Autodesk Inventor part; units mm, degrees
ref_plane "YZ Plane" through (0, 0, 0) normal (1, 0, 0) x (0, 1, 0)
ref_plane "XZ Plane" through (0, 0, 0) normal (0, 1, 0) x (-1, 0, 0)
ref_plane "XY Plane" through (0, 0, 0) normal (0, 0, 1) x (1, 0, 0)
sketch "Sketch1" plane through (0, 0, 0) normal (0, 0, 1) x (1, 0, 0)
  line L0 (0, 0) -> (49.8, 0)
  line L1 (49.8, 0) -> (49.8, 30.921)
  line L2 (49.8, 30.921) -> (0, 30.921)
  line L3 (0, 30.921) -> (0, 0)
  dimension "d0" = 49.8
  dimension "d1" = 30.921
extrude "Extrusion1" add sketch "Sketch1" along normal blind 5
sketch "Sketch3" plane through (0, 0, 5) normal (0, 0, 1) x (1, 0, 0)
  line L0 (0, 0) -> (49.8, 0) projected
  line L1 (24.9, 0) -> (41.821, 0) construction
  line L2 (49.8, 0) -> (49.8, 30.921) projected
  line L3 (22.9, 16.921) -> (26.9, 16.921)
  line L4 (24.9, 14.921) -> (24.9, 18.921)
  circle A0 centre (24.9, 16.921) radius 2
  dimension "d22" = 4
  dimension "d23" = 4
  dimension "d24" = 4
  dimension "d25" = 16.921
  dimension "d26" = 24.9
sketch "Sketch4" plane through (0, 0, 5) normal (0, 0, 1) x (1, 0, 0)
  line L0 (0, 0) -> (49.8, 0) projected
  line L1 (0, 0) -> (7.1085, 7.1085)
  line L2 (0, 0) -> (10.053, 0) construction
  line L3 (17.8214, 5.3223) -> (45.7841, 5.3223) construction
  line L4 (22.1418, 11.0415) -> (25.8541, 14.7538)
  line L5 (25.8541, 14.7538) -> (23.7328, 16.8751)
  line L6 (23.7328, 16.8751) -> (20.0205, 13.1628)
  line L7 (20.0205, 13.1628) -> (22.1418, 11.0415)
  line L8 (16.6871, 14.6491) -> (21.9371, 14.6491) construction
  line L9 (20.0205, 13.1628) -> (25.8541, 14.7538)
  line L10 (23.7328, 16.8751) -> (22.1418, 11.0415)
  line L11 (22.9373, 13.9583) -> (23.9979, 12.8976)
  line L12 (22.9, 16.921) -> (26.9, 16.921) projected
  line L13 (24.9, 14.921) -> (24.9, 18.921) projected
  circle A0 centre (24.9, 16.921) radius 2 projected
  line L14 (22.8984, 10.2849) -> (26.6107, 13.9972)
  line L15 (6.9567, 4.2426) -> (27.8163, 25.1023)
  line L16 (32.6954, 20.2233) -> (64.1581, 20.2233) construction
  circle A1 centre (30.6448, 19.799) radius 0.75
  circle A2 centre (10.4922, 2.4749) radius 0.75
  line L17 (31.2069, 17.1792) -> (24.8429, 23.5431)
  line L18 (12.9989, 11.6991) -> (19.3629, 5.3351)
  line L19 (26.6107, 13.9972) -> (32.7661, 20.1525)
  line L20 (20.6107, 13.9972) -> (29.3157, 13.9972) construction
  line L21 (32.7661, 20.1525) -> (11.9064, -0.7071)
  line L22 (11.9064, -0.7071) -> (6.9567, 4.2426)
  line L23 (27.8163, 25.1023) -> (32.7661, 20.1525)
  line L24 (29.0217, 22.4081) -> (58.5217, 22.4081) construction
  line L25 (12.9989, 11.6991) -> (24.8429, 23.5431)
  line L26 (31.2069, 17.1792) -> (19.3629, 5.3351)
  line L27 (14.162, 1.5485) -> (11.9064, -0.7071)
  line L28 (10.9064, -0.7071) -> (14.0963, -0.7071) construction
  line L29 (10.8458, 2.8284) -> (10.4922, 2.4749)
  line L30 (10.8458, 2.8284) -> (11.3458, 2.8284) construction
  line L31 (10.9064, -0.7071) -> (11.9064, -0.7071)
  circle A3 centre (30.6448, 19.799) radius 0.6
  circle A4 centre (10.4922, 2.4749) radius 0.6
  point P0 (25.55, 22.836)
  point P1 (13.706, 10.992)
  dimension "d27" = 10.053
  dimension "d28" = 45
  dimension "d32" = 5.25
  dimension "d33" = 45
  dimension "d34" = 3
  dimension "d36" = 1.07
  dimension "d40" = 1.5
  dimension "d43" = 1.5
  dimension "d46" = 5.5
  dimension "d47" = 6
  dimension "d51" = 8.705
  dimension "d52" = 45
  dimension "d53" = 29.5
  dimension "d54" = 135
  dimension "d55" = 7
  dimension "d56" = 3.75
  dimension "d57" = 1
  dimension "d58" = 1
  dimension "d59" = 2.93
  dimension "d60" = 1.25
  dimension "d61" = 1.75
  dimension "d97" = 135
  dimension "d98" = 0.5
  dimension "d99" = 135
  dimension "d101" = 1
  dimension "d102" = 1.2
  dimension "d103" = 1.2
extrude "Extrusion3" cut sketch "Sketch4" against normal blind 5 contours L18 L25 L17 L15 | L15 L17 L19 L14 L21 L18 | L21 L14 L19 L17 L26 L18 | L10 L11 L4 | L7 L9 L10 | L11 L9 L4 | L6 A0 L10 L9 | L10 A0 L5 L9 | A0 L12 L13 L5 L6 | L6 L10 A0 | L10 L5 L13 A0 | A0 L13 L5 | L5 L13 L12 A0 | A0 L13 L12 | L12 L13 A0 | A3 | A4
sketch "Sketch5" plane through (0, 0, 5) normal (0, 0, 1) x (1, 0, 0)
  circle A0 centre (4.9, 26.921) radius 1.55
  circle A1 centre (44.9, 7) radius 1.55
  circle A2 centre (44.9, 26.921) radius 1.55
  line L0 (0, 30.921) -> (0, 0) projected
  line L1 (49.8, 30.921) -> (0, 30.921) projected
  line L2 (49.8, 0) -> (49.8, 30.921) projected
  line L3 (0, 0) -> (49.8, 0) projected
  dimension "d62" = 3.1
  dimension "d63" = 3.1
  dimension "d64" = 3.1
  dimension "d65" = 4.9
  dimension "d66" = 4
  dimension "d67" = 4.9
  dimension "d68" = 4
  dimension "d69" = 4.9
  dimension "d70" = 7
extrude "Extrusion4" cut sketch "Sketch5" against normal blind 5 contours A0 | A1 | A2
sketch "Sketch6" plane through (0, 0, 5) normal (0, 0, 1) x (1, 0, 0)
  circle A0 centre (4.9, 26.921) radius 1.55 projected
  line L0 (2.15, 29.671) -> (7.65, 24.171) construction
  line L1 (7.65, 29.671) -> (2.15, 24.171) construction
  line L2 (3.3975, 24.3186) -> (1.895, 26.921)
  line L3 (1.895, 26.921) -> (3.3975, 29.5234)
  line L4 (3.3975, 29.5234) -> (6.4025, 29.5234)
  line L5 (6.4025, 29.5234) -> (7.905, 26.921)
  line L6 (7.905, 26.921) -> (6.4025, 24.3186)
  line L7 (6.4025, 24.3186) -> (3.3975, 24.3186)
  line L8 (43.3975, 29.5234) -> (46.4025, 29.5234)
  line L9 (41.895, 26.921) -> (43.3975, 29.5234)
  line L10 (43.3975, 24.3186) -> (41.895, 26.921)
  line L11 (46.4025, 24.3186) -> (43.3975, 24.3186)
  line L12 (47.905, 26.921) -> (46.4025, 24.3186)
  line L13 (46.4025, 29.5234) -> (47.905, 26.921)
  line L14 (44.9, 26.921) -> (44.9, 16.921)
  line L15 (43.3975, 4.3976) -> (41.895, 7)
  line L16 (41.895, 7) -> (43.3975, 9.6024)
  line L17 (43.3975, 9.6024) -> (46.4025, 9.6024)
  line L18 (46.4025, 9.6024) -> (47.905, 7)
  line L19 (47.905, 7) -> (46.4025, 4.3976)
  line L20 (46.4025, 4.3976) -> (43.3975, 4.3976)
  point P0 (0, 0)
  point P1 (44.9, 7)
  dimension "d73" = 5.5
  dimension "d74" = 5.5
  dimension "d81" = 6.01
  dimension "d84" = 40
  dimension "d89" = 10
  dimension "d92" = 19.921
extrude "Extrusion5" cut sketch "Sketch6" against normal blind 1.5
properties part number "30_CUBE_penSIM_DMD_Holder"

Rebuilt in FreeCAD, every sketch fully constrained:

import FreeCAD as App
import Part
import Sketcher
Q = App.Units.Quantity

doc = App.newDocument("Part")
body = doc.addObject("PartDesign::Body", "Body")

# Sketch on XY plane
sketch1 = doc.addObject("Sketcher::SketchObject", "Sketch")
body.addObject(sketch1)
sketch1.AttachmentSupport = (doc.XY_Plane, [""])
sketch1.MapMode = "FlatFace"
sketch1.addGeometry([
    Part.LineSegment(App.Vector(0, 30.921, 0), App.Vector(0, 0, 0)),
    Part.LineSegment(App.Vector(0, 0, 0), App.Vector(49.8, 0, 0)),
    Part.LineSegment(App.Vector(49.8, 0, 0), App.Vector(49.8, 30.921, 0)),
    Part.LineSegment(App.Vector(49.8, 30.921, 0), App.Vector(0, 30.921, 0)),
], False)
sketch1.addConstraint([
    Sketcher.Constraint("Coincident", 0, 2, 1, 1),
    Sketcher.Constraint("Coincident", 1, 2, 2, 1),
    Sketcher.Constraint("Coincident", 2, 2, 3, 1),
    Sketcher.Constraint("Coincident", 3, 2, 0, 1),
    Sketcher.Constraint("Vertical", 0),
    Sketcher.Constraint("Horizontal", 1),
    Sketcher.Constraint("Vertical", 2),
    Sketcher.Constraint("Horizontal", 3),
    Sketcher.Constraint("Coincident", 0, 2, -1, 1),
    Sketcher.Constraint("DistanceX", 1, 1, 1, 2, Q("49.8 mm")),
    Sketcher.Constraint("DistanceY", 0, 2, 0, 1, Q("30.921 mm")),
])
pad1 = doc.addObject("PartDesign::Pad", "Pad")
body.addObject(pad1)
pad1.Profile = sketch1
pad1.Length = 5

# Sketch on XY plane
sketch2 = doc.addObject("Sketcher::SketchObject", "Sketch001")
body.addObject(sketch2)
sketch2.AttachmentSupport = (doc.XY_Plane, [""])
sketch2.MapMode = "FlatFace"
sketch2.AttachmentOffset = App.Placement(App.Vector(0, 0, 5), App.Rotation())
sketch2.addGeometry([
    Part.LineSegment(App.Vector(12.9989, 11.6991, 0), App.Vector(19.3629, 5.3351, 0)),  # 0
    Part.LineSegment(App.Vector(19.3629, 5.3351, 0), App.Vector(31.2069, 17.1792, 0)),  # 1
    Part.LineSegment(App.Vector(31.2069, 17.1792, 0), App.Vector(24.8429, 23.5431, 0)),  # 2
    Part.LineSegment(App.Vector(24.8429, 23.5431, 0), App.Vector(12.9989, 11.6991, 0)),  # 3
    Part.Circle(App.Vector(30.6448, 19.799, 0), App.Vector(0, 0, 1), 0.6),  # 4
    Part.Circle(App.Vector(10.4922, 2.4749, 0), App.Vector(0, 0, 1), 0.6),  # 5
], False)
sketch2.addConstraint([
    Sketcher.Constraint("Coincident", 0, 2, 1, 1),
    Sketcher.Constraint("Coincident", 1, 2, 2, 1),
    Sketcher.Constraint("Coincident", 2, 2, 3, 1),
    Sketcher.Constraint("Coincident", 3, 2, 0, 1),
    Sketcher.Constraint("Equal", 4, 5),
    Sketcher.Constraint("Perpendicular", 0, 1),
    Sketcher.Constraint("Perpendicular", 1, 2),
    Sketcher.Constraint("Perpendicular", 2, 3),
    Sketcher.Constraint("Diameter", 4, Q("1.2 mm")),
    Sketcher.Constraint("Angle", 0, Q("-45 deg")),
    Sketcher.Constraint("Distance", 0, Q("9 mm")),
    Sketcher.Constraint("DistanceY", 3, 2, 4, 3, Q("8.1 mm")),
    Sketcher.Constraint("Distance", 1, Q("16.75 mm")),
    Sketcher.Constraint("DistanceY", -1, 1, 4, 3, Q("19.799 mm")),
    Sketcher.Constraint("DistanceY", -1, 1, 5, 3, Q("2.475 mm")),
    Sketcher.Constraint("DistanceX", -1, 1, 0, 2, Q("19.363 mm")),
    Sketcher.Constraint("DistanceX", 0, 2, 4, 3, Q("11.282 mm")),
    Sketcher.Constraint("DistanceX", -1, 1, 5, 3, Q("10.4922 mm")),
])
pocket1 = doc.addObject("PartDesign::Pocket", "Pocket")
body.addObject(pocket1)
pocket1.Profile = sketch2
pocket1.Length = 5

# Sketch on XY plane
sketch3 = doc.addObject("Sketcher::SketchObject", "Sketch002")
body.addObject(sketch3)
sketch3.AttachmentSupport = (doc.XY_Plane, [""])
sketch3.MapMode = "FlatFace"
sketch3.AttachmentOffset = App.Placement(App.Vector(0, 0, 5), App.Rotation())
sketch3.addGeometry([
    Part.Circle(App.Vector(4.9, 26.921, 0), App.Vector(0, 0, 1), 1.55),
    Part.Circle(App.Vector(44.9, 7, 0), App.Vector(0, 0, 1), 1.55),
    Part.Circle(App.Vector(44.9, 26.921, 0), App.Vector(0, 0, 1), 1.55),
], False)
sketch3.addConstraint([
    Sketcher.Constraint("Equal", 0, 1),
    Sketcher.Constraint("Equal", 1, 2),
    Sketcher.Constraint("Horizontal", 0, 3, 2, 3),
    Sketcher.Constraint("Vertical", 1, 3, 2, 3),
    Sketcher.Constraint("Diameter", 0, Q("3.1 mm")),
    Sketcher.Constraint("DistanceY", -1, 1, 1, 3, Q("7 mm")),
    Sketcher.Constraint("DistanceX", -1, 1, 0, 3, Q("4.9 mm")),
    Sketcher.Constraint("DistanceX", 0, 3, 1, 3, Q("40 mm")),
    Sketcher.Constraint("DistanceY", -1, 1, 0, 3, Q("26.921 mm")),
])
pocket2 = doc.addObject("PartDesign::Pocket", "Pocket001")
body.addObject(pocket2)
pocket2.Profile = sketch3
pocket2.Length = 5

# Sketch on XY plane
sketch4 = doc.addObject("Sketcher::SketchObject", "Sketch003")
body.addObject(sketch4)
sketch4.AttachmentSupport = (doc.XY_Plane, [""])
sketch4.MapMode = "FlatFace"
sketch4.AttachmentOffset = App.Placement(App.Vector(0, 0, 5), App.Rotation())
sketch4.addGeometry([
    Part.LineSegment(App.Vector(1.895, 26.921, 0), App.Vector(3.3975, 24.3186, 0)),  # 0
    Part.LineSegment(App.Vector(3.3975, 24.3186, 0), App.Vector(6.4025, 24.3186, 0)),  # 1
    Part.LineSegment(App.Vector(6.4025, 24.3186, 0), App.Vector(7.905, 26.921, 0)),  # 2
    Part.LineSegment(App.Vector(7.905, 26.921, 0), App.Vector(6.4025, 29.5234, 0)),  # 3
    Part.LineSegment(App.Vector(6.4025, 29.5234, 0), App.Vector(3.3975, 29.5234, 0)),  # 4
    Part.LineSegment(App.Vector(3.3975, 29.5234, 0), App.Vector(1.895, 26.921, 0)),  # 5
    Part.Circle(App.Vector(4.9, 26.921, 0), App.Vector(0, 0, 1), 1.55),  # 6
    Part.LineSegment(App.Vector(46.4025, 29.5234, 0), App.Vector(43.3975, 29.5234, 0)),  # 7
    Part.LineSegment(App.Vector(43.3975, 29.5234, 0), App.Vector(41.895, 26.921, 0)),  # 8
    Part.LineSegment(App.Vector(41.895, 26.921, 0), App.Vector(43.3975, 24.3186, 0)),  # 9
    Part.LineSegment(App.Vector(43.3975, 24.3186, 0), App.Vector(46.4025, 24.3186, 0)),  # 10
    Part.LineSegment(App.Vector(46.4025, 24.3186, 0), App.Vector(47.905, 26.921, 0)),  # 11
    Part.LineSegment(App.Vector(47.905, 26.921, 0), App.Vector(46.4025, 29.5234, 0)),  # 12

────────

TASK ITEM: When you reach the line containing "line L13 (46.4025, 29.5234)" in the data above, start copying exactly, and stop after the line containing "line L17 (43.3975, 9.6024)".

EXERCISE SOLUTION:
  line L13 (46.4025, 29.5234) -> (47.905, 26.921)
  line L14 (44.9, 26.921) -> (44.9, 16.921)
  line L15 (43.3975, 4.3976) -> (41.895, 7)
  line L16 (41.895, 7) -> (43.3975, 9.6024)
  line L17 (43.3975, 9.6024) -> (46.4025, 9.6024)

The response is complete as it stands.